Intrinsic Obstetric Palsy: Case Report and Literature Review
Published: April 1, 2016 | DOI: https://doi.org/10.7860/JCDR/2016/.7693
Rashida Hakeem, Cliff Neppe
1. CMO, Department of Obstetrics & Gynaecology, Joondalup Health Campus, Joondalup WA Australia.
2. Director, Department of Obstetrics & Gynaecology, Joondalup Health Campus, Joondalup WA Australia.
Correspondence
Dr. Rashida Hakeem,
102/ 215 Stirling Street, Perth WA 6000
E-mail: dr.rashida.hakeem@gmail.com
Maternal neurological injuries may be intrinsic to the labour and delivery process or may result directly or indirectly from obstetric or anaesthetic intervention.
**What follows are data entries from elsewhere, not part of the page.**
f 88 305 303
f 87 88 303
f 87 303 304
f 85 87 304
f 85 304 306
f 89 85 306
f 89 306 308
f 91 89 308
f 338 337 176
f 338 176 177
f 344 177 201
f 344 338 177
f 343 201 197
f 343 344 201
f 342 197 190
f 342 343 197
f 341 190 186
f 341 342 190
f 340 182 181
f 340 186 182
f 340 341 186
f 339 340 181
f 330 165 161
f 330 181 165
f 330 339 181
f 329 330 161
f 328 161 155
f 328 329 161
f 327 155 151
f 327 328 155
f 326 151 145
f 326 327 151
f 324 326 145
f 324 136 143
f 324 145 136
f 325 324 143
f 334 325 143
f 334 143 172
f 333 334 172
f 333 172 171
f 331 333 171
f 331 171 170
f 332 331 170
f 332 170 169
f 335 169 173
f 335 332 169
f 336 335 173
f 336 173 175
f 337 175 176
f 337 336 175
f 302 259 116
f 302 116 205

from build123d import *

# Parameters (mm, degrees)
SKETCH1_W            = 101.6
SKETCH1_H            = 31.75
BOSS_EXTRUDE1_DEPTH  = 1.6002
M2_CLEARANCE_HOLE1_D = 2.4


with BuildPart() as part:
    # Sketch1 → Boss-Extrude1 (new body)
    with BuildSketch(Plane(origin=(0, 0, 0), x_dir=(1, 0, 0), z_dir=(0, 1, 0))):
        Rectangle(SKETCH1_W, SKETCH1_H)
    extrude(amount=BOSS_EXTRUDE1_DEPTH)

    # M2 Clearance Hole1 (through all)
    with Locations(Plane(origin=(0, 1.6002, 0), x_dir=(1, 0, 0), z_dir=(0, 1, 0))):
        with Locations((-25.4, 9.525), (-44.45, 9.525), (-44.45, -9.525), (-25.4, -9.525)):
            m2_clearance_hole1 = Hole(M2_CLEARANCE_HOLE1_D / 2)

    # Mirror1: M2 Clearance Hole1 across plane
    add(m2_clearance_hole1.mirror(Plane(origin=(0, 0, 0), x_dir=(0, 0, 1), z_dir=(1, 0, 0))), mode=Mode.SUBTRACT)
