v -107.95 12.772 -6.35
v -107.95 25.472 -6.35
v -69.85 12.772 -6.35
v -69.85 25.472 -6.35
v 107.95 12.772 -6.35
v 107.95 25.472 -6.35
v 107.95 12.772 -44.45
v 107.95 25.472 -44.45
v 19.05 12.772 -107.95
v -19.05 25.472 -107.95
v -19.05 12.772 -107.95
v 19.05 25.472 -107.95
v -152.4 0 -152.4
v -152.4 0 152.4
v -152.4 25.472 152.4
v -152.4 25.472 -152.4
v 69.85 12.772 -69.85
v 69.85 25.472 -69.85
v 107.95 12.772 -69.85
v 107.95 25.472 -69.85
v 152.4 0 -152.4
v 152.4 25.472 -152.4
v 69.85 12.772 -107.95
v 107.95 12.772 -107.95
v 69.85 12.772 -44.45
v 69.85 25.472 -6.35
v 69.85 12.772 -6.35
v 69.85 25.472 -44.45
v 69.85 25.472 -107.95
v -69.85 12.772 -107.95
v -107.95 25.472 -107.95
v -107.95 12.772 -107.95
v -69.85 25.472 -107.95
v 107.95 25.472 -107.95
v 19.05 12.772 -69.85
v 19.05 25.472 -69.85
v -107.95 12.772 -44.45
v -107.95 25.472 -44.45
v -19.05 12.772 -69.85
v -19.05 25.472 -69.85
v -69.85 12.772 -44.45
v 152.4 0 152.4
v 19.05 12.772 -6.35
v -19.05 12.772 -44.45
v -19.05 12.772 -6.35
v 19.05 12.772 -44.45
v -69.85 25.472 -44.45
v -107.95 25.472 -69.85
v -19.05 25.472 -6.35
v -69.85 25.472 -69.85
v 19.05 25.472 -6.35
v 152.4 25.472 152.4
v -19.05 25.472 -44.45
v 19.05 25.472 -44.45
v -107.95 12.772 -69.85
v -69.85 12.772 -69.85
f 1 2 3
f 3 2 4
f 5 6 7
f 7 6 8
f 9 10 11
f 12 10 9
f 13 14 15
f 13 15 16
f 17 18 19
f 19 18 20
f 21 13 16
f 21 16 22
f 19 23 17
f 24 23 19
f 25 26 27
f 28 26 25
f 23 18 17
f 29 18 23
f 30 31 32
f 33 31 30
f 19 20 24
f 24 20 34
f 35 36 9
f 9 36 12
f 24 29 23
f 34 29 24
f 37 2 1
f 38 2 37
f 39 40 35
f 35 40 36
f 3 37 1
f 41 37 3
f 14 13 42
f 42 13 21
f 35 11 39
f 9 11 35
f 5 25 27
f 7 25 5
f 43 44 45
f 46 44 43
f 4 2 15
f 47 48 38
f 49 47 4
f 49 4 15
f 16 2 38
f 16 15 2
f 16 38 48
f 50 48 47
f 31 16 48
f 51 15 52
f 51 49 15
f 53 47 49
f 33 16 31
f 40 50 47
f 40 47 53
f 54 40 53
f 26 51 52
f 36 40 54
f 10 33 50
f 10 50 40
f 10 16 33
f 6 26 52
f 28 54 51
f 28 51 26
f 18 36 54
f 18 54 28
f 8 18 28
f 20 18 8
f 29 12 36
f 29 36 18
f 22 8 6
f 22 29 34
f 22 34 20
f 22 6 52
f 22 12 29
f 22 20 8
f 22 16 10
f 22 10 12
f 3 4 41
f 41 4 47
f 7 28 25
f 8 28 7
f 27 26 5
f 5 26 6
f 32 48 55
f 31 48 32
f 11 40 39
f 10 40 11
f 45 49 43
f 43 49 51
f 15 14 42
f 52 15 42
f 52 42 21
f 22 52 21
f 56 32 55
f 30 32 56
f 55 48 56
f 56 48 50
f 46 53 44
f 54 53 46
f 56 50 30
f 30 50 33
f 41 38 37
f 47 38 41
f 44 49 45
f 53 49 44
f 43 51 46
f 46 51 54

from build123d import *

# Parameters (mm, degrees)
SKETCH1_W            = 304.8
SKETCH1_H            = 304.8
BOSS_EXTRUDE1_DEPTH  = 25.471786057
SKETCH2_W            = 38.1
SKETCH2_H            = 38.1
CUT_EXTRUDE1_DEPTH   = 12.7
LPATTERN1_COUNT      = 2
LPATTERN1_PITCH      = 63.5
LPATTERN1_COUNT_DIR2 = 3
LPATTERN1_PITCH_DIR2 = 88.9


with BuildPart() as part:
    # Sketch1 → Boss-Extrude1 (new body)
    with BuildSketch(Plane(origin=(0, 0, 0), x_dir=(1, 0, 0), z_dir=(0, 1, 0))):
        Rectangle(SKETCH1_W, SKETCH1_H)
    extrude(amount=BOSS_EXTRUDE1_DEPTH)

    # Sketch2 → Cut-Extrude1 (cut)
    with BuildSketch(Plane(origin=(0, 25.471786057, 0), x_dir=(1, 0, 0), z_dir=(0, 1, 0))):
        with Locations((-88.9, 88.9)):
            Rectangle(SKETCH2_W, SKETCH2_H)
    cut_extrude1 = extrude(amount=-CUT_EXTRUDE1_DEPTH, mode=Mode.SUBTRACT)

    # LPattern1: Cut-Extrude1 2 × 3
    with Locations(*[(j * LPATTERN1_PITCH_DIR2, 0, i * LPATTERN1_PITCH) for i in range(LPATTERN1_COUNT) for j in range(LPATTERN1_COUNT_DIR2) if (i, j) != (0, 0)]):
        add(cut_extrude1, mode=Mode.SUBTRACT)


solid = part.part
This intrinsic obstetric palsy is a rare complication of labour but can have devastating impact on a previously healthy mother. A 23-year-old gravida1, para0 who had epidural for labour analgesia, was augmented for slow progress and had a normal vaginal delivery. She was diagnosed post delivery with intrinsic obstetric palsy involving several peripheral nerves and lumbosacral nerve roots with a guarded prognosis. In this article we have discussed the risk factors and mechanisms of intrinsic obstetric palsy and proposed further investigation into the potential protective role of ambulatory analgesia i.e. CSE (Combined Spinal Epidural) or LDI (Low Dose Infusion).